## [Your task]
Exactly how many lines of the data below include the string "alias"? State the number and nothing more.

[[ Data for this exercise open ]]

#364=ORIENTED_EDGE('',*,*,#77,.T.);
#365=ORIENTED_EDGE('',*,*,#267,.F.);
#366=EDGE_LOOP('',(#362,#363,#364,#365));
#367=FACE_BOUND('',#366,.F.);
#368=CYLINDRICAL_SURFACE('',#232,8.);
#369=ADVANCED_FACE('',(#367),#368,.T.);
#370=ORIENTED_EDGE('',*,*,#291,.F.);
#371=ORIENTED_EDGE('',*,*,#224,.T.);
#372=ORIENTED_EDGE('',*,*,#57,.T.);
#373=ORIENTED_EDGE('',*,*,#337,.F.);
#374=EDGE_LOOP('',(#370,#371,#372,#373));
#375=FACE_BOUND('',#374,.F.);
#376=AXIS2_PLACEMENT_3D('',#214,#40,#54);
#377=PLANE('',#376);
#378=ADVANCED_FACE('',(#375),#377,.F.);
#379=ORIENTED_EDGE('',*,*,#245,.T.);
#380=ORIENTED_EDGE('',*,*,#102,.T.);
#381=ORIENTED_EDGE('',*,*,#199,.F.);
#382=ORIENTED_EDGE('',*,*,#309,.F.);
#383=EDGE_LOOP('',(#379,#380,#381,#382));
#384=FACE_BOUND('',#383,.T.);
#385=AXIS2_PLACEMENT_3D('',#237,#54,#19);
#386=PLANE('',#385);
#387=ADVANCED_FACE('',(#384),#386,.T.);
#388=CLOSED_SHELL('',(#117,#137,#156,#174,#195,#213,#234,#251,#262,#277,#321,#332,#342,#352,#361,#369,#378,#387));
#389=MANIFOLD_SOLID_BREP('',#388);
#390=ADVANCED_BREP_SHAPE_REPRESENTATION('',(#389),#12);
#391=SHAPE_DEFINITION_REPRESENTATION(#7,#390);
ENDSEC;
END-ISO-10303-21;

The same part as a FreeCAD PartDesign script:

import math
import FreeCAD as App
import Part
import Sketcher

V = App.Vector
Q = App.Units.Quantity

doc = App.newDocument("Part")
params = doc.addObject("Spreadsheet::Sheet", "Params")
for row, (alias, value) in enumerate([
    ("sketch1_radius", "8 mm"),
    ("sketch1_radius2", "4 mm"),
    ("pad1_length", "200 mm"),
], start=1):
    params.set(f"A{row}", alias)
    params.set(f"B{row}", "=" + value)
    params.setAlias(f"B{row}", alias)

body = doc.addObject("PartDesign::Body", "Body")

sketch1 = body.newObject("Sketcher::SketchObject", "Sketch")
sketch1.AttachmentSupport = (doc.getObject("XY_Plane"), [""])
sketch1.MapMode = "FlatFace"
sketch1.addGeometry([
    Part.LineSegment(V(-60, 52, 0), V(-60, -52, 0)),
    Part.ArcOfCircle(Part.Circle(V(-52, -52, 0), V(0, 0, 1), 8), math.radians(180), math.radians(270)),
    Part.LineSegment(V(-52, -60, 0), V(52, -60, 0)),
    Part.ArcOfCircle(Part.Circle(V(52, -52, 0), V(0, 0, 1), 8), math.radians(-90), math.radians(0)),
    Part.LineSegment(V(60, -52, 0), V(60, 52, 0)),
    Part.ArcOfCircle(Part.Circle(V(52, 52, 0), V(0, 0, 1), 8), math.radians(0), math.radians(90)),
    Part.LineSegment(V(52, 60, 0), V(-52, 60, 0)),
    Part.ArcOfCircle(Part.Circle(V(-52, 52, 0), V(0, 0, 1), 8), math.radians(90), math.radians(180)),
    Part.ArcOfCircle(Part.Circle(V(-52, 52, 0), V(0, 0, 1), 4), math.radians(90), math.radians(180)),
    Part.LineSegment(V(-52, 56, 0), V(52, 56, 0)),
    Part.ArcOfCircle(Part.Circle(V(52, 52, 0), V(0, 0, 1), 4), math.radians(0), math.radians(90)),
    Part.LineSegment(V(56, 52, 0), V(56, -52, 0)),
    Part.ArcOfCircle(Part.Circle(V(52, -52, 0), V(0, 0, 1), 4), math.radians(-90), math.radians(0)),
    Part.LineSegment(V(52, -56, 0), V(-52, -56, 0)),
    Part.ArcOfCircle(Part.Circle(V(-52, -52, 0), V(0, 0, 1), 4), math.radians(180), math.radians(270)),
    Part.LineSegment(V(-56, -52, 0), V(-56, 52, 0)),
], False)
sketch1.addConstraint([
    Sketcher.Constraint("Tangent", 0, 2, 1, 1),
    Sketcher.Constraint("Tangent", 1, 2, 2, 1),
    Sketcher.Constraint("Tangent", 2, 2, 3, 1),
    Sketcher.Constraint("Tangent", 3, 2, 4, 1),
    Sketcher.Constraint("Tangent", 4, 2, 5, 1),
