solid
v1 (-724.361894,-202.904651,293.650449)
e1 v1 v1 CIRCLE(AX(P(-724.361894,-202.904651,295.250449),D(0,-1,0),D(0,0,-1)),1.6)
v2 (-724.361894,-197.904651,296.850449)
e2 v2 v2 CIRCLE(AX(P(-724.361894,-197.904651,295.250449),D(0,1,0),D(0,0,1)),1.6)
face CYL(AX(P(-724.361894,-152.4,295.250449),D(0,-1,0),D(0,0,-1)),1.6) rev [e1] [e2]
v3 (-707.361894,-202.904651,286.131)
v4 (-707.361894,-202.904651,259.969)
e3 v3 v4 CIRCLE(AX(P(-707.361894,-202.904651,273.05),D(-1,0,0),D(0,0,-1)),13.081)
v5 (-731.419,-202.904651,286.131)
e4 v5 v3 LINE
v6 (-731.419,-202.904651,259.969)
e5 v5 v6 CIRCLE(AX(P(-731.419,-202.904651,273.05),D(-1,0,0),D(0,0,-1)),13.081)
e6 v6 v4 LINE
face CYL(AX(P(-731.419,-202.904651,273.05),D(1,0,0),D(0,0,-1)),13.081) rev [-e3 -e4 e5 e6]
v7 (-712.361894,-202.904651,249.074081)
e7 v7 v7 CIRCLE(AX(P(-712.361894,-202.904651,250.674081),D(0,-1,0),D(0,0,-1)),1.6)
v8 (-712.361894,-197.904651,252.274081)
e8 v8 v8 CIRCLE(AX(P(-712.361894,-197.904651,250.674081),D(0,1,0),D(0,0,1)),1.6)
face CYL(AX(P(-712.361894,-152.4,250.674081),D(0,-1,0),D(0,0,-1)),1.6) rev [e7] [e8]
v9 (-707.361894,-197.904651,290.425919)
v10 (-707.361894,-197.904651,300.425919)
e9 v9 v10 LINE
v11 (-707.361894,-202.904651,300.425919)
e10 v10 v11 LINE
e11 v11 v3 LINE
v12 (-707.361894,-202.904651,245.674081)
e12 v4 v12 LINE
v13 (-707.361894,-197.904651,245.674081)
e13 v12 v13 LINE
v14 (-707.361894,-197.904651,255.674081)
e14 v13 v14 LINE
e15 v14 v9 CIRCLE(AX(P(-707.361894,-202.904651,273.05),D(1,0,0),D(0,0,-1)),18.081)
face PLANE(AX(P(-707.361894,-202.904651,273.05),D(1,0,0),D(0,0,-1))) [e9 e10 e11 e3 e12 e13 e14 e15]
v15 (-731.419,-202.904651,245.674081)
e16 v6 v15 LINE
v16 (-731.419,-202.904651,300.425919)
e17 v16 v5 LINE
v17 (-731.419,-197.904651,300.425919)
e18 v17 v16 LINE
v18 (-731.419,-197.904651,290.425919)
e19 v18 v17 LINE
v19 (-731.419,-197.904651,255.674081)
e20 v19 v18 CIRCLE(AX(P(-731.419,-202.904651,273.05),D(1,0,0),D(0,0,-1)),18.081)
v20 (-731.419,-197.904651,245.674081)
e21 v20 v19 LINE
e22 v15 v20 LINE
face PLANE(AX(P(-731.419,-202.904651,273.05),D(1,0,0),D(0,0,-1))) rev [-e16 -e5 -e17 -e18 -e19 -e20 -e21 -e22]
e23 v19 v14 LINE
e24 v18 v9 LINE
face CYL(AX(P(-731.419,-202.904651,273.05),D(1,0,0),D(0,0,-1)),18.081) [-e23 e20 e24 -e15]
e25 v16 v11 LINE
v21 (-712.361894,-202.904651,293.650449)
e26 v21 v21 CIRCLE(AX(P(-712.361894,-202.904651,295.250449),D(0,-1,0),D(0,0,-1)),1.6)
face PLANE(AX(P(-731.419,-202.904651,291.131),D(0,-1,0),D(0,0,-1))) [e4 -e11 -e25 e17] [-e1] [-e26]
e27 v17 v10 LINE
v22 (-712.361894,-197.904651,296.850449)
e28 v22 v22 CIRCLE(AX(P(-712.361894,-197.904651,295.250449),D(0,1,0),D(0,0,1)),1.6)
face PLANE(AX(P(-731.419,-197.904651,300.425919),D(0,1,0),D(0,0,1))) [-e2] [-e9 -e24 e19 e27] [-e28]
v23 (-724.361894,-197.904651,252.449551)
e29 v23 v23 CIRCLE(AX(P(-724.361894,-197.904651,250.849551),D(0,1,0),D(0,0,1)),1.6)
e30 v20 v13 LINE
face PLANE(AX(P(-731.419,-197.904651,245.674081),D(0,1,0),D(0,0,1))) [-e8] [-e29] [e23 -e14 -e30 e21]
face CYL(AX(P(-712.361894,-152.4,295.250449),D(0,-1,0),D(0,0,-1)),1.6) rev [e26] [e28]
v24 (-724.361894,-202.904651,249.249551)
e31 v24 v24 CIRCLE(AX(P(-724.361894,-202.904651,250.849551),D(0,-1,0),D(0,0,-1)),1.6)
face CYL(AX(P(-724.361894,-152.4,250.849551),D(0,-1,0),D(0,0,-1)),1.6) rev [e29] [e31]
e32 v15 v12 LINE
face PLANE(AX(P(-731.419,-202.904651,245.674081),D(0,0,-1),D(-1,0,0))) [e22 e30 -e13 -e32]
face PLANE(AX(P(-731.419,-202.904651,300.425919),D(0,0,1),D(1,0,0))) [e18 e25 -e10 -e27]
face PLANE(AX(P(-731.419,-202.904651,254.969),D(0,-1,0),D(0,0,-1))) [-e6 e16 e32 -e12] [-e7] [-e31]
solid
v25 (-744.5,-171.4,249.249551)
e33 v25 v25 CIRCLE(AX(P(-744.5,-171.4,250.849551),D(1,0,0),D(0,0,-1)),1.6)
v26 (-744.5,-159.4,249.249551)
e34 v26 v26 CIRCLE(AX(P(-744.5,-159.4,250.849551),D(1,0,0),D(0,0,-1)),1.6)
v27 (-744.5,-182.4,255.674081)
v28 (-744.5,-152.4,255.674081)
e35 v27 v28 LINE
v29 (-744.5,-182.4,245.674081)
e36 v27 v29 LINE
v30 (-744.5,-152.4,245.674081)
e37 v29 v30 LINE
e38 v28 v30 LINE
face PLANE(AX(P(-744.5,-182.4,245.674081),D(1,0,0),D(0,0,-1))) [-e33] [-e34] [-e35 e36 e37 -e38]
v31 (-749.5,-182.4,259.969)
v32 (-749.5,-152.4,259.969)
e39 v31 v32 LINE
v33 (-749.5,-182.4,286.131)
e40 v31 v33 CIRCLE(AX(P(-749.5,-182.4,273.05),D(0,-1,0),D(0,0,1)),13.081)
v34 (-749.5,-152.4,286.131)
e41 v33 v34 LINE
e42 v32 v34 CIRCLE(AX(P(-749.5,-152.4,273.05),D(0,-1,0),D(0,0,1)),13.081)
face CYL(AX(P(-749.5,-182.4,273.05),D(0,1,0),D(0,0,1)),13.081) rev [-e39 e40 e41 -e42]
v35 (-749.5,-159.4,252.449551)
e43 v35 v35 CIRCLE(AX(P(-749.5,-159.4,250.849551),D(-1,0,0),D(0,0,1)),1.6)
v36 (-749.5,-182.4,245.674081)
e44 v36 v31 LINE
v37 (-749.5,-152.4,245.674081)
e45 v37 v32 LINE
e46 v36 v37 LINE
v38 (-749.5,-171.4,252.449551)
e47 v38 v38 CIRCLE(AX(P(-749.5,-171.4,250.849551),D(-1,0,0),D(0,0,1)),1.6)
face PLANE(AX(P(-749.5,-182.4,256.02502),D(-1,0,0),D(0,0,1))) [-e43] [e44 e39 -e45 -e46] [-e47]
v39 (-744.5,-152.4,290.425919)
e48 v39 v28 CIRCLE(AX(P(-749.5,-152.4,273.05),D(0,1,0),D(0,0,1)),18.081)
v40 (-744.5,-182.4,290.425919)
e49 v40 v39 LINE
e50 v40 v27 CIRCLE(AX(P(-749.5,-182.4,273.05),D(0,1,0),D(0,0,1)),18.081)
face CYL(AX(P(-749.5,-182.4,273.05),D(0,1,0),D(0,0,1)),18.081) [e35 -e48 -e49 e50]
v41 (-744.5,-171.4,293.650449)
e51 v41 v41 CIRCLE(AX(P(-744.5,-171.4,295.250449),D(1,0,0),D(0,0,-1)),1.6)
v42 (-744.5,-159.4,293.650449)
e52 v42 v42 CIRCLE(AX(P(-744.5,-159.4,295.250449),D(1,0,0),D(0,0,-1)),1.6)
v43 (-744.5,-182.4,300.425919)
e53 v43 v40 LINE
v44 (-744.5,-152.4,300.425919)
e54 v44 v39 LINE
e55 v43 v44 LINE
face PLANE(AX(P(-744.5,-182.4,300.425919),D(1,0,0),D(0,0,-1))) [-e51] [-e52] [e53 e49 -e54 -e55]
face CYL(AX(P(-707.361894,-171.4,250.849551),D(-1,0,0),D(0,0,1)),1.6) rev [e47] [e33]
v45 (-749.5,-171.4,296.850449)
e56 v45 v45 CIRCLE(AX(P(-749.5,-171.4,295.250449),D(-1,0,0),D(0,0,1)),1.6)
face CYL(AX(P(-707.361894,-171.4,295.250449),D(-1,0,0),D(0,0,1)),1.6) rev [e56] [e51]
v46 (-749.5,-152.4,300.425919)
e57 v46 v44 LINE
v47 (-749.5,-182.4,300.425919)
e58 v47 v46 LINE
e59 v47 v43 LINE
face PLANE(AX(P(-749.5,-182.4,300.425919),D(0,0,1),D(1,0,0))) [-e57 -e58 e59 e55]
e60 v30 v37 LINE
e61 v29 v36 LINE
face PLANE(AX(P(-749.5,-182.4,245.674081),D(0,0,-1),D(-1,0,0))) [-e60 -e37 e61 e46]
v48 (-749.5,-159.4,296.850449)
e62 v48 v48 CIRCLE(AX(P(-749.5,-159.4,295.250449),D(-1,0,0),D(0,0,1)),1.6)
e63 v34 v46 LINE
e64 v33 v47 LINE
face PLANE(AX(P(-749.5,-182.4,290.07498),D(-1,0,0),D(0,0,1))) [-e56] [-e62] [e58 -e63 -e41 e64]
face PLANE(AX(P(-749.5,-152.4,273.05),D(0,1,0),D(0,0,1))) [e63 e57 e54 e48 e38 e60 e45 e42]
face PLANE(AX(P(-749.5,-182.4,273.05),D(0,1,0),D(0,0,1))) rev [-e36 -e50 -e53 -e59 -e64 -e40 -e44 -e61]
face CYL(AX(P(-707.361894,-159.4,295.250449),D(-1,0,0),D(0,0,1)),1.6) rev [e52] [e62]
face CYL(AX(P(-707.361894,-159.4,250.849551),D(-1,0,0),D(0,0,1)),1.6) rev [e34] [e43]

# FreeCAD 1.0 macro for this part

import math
import FreeCAD as App
import Part
import Sketcher
Q = App.Units.Quantity

doc = App.newDocument("Part")
body = doc.addObject("PartDesign::Body", "Body")

sketch1 = doc.addObject("Sketcher::SketchObject", "Sketch")
body.addObject(sketch1)
sketch1.AttachmentSupport = (doc.XZ_Plane, [""])
sketch1.MapMode = "FlatFace"
sketch1.AttachmentOffset = App.Placement(App.Vector(0, 0, 152.4), App.Rotation())
sketch1.addGeometry(Part.ArcOfCircle(Part.Circle(App.Vector(-750, 273, 0), App.Vector(0, 0, 1), 13), math.radians(-90), math.radians(90)), False)
sketch1.addGeometry(Part.LineSegment(App.Vector(-750, 286, 0), App.Vector(-750, 300, 0)), False)
sketch1.addGeometry(Part.LineSegment(App.Vector(-750, 300, 0), App.Vector(-744, 300, 0)), False)
sketch1.addGeometry(Part.LineSegment(App.Vector(-744, 300, 0), App.Vector(-744, 290, 0)), False)
sketch1.addGeometry(Part.ArcOfCircle(Part.Circle(App.Vector(-750, 273, 0), App.Vector(0, 0, 1), 18), math.radians(-74), math.radians(74)), False)
sketch1.addGeometry(Part.LineSegment(App.Vector(-744, 256, 0), App.Vector(-744, 246, 0)), False)
sketch1.addGeometry(Part.LineSegment(App.Vector(-744, 246, 0), App.Vector(-750, 246, 0)), False)
sketch1.addGeometry(Part.LineSegment(App.Vector(-750, 246, 0), App.Vector(-750, 260, 0)), False)
sketch1.addConstraint(Sketcher.Constraint("Coincident", 0, 2, 1, 1))
sketch1.addConstraint(Sketcher.Constraint("Coincident", 1, 2, 2, 1))
sketch1.addConstraint(Sketcher.Constraint("Coincident", 2, 2, 3, 1))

[[ Data for this exercise closed ]]

## [Problem solution]
3